** Provided data follows **

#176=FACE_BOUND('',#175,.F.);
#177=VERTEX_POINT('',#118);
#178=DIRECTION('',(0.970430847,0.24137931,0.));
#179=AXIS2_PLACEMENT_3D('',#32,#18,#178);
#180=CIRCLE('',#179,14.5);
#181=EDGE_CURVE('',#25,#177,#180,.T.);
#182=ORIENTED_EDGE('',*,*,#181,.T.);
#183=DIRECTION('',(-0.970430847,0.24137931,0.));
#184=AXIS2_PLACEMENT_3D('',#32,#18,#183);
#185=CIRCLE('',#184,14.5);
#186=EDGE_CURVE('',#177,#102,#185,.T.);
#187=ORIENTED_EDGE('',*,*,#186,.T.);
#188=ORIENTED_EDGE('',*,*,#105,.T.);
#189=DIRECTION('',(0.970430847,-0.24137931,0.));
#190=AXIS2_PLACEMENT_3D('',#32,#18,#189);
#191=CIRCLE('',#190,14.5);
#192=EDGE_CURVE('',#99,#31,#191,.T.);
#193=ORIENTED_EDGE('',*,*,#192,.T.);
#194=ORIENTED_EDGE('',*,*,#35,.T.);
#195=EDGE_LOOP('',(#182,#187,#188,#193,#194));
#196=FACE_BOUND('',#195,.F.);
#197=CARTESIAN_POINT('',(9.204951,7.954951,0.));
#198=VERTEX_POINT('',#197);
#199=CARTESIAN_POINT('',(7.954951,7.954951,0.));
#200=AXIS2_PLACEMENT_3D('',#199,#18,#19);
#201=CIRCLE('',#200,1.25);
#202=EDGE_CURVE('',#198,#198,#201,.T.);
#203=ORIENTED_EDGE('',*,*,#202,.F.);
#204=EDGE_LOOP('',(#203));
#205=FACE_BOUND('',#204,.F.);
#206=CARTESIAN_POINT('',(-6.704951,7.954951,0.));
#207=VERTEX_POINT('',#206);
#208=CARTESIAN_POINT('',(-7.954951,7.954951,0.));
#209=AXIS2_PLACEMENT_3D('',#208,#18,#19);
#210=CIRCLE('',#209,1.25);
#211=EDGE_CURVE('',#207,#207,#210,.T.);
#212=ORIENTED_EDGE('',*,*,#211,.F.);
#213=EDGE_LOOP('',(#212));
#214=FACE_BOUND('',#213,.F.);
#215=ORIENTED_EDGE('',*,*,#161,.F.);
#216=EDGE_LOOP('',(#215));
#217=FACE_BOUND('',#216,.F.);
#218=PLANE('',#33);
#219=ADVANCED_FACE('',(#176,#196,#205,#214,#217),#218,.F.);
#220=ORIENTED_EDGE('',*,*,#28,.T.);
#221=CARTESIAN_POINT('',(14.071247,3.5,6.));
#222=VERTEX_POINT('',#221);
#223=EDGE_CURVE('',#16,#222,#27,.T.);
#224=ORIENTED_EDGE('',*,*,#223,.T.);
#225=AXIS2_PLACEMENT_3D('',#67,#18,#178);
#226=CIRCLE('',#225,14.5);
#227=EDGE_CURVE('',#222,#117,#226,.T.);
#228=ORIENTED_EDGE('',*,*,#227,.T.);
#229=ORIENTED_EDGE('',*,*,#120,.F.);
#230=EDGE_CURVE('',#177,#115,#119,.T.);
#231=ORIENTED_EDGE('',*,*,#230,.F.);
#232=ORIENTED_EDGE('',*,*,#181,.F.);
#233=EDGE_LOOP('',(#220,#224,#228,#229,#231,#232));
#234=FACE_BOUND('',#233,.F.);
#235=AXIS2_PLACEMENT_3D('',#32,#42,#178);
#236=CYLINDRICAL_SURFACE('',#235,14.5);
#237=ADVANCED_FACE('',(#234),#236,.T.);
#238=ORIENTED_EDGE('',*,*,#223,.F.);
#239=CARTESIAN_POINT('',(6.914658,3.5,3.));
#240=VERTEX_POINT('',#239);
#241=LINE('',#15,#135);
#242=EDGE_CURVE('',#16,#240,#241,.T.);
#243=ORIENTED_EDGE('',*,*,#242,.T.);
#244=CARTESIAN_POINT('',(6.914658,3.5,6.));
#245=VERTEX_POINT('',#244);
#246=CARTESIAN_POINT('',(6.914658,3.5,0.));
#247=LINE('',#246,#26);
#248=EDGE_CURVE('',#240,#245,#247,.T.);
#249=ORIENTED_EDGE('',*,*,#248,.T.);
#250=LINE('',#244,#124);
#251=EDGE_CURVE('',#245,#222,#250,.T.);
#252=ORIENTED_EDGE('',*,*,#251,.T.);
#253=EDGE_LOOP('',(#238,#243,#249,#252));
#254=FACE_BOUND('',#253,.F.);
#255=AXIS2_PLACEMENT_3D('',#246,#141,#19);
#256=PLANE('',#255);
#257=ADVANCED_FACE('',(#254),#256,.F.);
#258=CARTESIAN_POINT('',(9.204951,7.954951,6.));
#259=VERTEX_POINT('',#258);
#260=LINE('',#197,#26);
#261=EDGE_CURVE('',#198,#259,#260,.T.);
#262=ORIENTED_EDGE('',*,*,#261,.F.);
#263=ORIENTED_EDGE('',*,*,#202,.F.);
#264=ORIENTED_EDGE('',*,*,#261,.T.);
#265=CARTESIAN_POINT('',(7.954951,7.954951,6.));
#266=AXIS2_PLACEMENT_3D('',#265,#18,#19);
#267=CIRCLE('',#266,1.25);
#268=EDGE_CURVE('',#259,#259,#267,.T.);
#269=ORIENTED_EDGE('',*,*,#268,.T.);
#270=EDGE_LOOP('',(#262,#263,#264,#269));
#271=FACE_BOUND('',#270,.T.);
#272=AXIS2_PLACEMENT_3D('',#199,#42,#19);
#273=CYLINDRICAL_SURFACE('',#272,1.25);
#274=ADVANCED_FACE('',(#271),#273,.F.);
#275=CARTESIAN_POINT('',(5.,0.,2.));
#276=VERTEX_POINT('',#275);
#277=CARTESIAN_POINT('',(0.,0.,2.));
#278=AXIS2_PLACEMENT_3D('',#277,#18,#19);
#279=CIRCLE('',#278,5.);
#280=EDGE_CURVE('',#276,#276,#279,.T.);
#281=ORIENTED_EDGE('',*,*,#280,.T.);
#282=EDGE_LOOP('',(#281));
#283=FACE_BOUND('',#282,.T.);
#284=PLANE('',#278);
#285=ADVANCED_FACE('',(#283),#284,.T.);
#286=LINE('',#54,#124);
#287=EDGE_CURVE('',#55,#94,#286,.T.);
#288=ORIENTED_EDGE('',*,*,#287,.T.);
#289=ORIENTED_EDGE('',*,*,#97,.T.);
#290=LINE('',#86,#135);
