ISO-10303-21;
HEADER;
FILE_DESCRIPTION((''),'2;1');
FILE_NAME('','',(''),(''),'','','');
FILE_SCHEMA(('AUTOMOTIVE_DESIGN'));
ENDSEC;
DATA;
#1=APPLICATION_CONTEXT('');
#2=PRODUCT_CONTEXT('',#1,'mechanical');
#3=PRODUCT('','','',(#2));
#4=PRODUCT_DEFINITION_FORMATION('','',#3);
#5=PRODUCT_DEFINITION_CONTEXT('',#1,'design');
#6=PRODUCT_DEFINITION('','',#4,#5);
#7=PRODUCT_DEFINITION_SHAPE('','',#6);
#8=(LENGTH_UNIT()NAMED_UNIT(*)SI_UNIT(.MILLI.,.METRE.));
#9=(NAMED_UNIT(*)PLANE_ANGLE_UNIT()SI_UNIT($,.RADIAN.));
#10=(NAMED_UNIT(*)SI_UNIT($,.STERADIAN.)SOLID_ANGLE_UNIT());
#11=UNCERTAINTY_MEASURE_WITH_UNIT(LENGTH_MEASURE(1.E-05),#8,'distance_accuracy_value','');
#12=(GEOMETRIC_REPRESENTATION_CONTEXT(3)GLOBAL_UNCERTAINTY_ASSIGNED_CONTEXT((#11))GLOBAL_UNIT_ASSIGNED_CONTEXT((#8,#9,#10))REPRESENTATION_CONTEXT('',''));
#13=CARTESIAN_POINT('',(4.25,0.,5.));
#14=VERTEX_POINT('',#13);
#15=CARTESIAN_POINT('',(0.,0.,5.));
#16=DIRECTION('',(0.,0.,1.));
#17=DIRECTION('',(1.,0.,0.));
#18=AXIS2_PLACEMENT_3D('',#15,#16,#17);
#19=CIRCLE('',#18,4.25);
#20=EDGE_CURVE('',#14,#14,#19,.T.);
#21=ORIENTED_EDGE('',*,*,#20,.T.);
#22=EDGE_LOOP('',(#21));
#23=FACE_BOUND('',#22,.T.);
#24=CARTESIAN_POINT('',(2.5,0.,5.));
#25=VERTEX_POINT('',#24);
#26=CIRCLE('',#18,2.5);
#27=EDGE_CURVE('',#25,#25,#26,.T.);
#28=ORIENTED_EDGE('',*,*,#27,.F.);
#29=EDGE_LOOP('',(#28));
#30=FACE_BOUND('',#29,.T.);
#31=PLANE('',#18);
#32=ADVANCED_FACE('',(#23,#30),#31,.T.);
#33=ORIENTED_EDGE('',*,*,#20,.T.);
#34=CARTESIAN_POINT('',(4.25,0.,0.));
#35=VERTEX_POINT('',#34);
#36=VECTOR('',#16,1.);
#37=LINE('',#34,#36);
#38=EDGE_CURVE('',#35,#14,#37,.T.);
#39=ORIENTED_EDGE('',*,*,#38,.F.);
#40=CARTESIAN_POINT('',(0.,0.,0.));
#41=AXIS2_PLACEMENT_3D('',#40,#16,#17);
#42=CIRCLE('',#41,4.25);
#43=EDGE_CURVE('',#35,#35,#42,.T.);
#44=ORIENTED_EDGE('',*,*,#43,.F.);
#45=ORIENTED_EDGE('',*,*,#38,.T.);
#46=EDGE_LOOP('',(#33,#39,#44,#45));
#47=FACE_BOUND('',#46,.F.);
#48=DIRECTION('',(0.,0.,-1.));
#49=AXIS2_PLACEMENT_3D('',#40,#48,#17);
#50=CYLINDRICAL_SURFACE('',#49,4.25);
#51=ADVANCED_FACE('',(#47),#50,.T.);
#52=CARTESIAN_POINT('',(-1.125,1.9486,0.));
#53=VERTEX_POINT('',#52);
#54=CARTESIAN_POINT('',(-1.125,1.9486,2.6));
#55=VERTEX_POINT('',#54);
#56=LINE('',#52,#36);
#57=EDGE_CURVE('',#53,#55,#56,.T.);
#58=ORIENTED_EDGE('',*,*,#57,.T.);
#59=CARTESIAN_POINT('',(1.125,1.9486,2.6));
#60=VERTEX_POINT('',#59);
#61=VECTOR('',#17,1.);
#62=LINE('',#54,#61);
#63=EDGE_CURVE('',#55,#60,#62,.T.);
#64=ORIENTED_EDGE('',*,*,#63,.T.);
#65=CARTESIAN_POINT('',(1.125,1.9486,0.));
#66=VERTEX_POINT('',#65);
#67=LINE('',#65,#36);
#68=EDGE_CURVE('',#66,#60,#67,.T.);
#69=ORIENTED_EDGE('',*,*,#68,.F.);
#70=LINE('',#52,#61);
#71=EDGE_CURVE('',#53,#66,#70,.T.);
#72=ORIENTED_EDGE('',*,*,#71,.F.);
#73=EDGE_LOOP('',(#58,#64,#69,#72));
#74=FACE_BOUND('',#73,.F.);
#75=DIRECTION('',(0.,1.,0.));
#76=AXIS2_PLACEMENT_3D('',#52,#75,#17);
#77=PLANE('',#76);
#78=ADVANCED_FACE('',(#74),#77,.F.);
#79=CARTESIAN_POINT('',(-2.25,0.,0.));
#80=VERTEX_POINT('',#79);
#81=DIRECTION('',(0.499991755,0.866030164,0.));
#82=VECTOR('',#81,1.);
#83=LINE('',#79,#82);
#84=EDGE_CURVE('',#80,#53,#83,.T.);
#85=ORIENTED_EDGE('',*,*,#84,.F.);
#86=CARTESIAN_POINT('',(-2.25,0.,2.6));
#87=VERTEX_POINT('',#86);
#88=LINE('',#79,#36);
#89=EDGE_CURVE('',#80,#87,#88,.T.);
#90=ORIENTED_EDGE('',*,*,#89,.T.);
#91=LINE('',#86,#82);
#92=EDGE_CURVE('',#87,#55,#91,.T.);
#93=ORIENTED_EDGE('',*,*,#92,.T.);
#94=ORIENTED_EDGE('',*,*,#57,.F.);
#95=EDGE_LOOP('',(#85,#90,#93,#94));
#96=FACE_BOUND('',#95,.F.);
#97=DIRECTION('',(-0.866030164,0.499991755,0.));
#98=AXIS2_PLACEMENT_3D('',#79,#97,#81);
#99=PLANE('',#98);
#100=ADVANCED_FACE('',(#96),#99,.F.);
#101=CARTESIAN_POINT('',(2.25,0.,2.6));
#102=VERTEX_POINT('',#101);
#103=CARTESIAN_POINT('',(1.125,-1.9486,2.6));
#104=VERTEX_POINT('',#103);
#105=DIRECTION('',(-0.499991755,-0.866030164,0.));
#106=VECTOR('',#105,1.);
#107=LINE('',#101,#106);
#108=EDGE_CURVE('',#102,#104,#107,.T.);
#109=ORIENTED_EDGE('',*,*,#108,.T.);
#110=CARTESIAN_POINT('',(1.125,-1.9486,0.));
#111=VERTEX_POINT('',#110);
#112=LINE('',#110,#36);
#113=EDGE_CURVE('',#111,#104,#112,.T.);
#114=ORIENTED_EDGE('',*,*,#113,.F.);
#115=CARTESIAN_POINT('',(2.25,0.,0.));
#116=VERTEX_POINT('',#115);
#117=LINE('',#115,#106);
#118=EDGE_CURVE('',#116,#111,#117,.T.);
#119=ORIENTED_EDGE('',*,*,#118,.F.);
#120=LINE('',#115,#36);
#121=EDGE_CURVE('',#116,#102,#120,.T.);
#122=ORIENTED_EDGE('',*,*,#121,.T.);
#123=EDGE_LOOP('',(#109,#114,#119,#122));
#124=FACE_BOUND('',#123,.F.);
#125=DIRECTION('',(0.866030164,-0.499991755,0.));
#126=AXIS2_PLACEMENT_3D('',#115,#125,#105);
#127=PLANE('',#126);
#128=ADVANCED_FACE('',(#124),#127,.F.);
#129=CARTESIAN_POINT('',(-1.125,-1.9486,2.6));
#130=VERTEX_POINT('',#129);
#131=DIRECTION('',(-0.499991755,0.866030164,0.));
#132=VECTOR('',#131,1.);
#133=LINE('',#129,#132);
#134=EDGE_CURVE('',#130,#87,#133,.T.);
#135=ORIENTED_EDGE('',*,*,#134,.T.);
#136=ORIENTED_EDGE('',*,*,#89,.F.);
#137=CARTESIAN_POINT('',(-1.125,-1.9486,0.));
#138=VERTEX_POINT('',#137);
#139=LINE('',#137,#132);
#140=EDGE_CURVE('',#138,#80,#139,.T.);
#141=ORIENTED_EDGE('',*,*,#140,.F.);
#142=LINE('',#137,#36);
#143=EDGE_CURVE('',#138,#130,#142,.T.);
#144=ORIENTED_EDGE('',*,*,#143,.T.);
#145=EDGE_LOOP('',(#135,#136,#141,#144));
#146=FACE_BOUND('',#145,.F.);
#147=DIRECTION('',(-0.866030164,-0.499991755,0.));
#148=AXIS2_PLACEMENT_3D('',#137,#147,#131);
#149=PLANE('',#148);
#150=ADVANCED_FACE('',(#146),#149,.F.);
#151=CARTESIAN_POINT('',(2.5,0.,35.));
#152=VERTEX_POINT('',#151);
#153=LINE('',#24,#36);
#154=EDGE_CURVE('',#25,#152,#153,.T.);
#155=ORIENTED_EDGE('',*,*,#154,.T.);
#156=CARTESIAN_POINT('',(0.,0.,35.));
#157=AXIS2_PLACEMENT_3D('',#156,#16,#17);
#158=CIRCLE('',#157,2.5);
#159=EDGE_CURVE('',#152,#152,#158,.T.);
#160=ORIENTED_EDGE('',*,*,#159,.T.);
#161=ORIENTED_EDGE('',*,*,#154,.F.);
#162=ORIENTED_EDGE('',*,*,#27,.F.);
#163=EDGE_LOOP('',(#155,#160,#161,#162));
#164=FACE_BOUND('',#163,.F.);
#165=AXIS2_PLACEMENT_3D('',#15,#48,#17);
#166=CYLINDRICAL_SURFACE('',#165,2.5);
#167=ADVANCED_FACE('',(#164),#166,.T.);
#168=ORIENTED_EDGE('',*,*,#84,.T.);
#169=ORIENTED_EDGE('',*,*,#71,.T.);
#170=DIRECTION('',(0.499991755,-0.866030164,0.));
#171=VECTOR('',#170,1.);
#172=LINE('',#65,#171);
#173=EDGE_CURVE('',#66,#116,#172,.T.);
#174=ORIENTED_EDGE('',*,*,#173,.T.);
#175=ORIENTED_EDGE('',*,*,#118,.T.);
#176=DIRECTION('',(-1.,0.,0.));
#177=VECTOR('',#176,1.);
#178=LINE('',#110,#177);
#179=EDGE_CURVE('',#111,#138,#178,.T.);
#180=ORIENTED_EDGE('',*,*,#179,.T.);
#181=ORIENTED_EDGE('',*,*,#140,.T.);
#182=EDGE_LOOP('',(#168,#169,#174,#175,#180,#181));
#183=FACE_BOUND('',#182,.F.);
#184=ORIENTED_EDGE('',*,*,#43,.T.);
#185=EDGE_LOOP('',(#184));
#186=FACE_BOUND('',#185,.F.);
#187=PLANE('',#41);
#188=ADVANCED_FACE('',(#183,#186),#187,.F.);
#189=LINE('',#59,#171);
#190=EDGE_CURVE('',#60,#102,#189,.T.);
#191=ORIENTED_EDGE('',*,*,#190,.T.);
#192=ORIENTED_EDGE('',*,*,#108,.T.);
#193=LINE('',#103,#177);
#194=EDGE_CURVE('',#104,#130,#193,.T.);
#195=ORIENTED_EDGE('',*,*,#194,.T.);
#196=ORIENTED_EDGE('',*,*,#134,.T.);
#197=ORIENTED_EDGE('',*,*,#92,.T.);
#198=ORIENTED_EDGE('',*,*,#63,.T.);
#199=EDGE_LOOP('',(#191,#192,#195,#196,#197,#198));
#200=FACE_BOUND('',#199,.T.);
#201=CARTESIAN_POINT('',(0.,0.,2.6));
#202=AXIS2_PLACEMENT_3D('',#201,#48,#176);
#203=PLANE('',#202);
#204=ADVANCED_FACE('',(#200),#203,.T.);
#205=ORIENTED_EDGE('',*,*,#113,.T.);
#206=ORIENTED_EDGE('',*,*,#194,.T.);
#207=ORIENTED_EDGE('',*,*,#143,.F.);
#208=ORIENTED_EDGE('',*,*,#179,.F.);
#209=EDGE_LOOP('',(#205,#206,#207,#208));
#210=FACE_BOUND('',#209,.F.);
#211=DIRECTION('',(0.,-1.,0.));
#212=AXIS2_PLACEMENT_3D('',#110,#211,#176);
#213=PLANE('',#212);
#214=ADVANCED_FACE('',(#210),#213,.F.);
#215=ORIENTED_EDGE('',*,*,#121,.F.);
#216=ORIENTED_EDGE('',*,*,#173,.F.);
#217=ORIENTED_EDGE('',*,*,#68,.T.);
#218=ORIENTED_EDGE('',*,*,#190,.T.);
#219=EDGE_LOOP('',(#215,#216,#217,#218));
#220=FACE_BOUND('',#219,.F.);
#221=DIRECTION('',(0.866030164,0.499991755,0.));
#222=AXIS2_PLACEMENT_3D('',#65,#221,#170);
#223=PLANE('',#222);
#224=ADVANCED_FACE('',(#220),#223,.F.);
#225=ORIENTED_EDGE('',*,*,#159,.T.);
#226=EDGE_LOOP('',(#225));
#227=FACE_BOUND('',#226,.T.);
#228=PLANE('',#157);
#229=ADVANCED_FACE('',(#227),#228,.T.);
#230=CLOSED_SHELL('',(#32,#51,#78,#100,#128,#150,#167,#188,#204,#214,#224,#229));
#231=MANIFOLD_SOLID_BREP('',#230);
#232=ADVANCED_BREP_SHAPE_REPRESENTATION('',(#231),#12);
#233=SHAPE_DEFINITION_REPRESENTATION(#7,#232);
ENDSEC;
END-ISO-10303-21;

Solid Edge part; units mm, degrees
sketch "Sketch1" plane through (0, 0, 0) normal (0, 0, 1) x (1, 0, 0)
  circle A0 centre (0, 0) radius 4.25
  dimension "D1" = 8.5
extrude "Protrusion1" add sketch "Sketch1" along normal blind 5
sketch "Sketch2" plane through (0, 0, 5) normal (0, 0, 1) x (1, 0, 0)
  circle A0 centre (0, 0) radius 2.5
extrude "ExtrudedProtrusion_2" add sketch "Sketch2" along normal blind 30
sketch "Sketch3" plane through (0, 0, 0) normal (0, 0, -1) x (-1, 0, 0)
  line L0 (2.25, 0) -> (1.125, 1.9486)
  line L1 (1.125, 1.9486) -> (-1.125, 1.9486)
  line L2 (-1.125, 1.9486) -> (-2.25, 0)
  line L3 (-2.25, 0) -> (-1.125, -1.9486)
  line L4 (-1.125, -1.9486) -> (1.125, -1.9486)
  line L5 (1.125, -1.9486) -> (2.25, 0)
extrude "ExtrudedCutout_1" cut sketch "Sketch3" against normal blind 2.6
properties material "Stainless steel"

** End of Provided data **

Activity » What do the lines above say from the one containing "#116=VERTEX_POINT('',#115);" down to the one containing "#124=FACE_BOUND('',#123,.F.);"? Return them exactly, both end lines included, and only them.

Exercise answer »
#116=VERTEX_POINT('',#115);
#117=LINE('',#115,#106);
#118=EDGE_CURVE('',#116,#111,#117,.T.);
#119=ORIENTED_EDGE('',*,*,#118,.F.);
#120=LINE('',#115,#36);
#121=EDGE_CURVE('',#116,#102,#120,.T.);
#122=ORIENTED_EDGE('',*,*,#121,.T.);
#123=EDGE_LOOP('',(#109,#114,#119,#122));
#124=FACE_BOUND('',#123,.F.);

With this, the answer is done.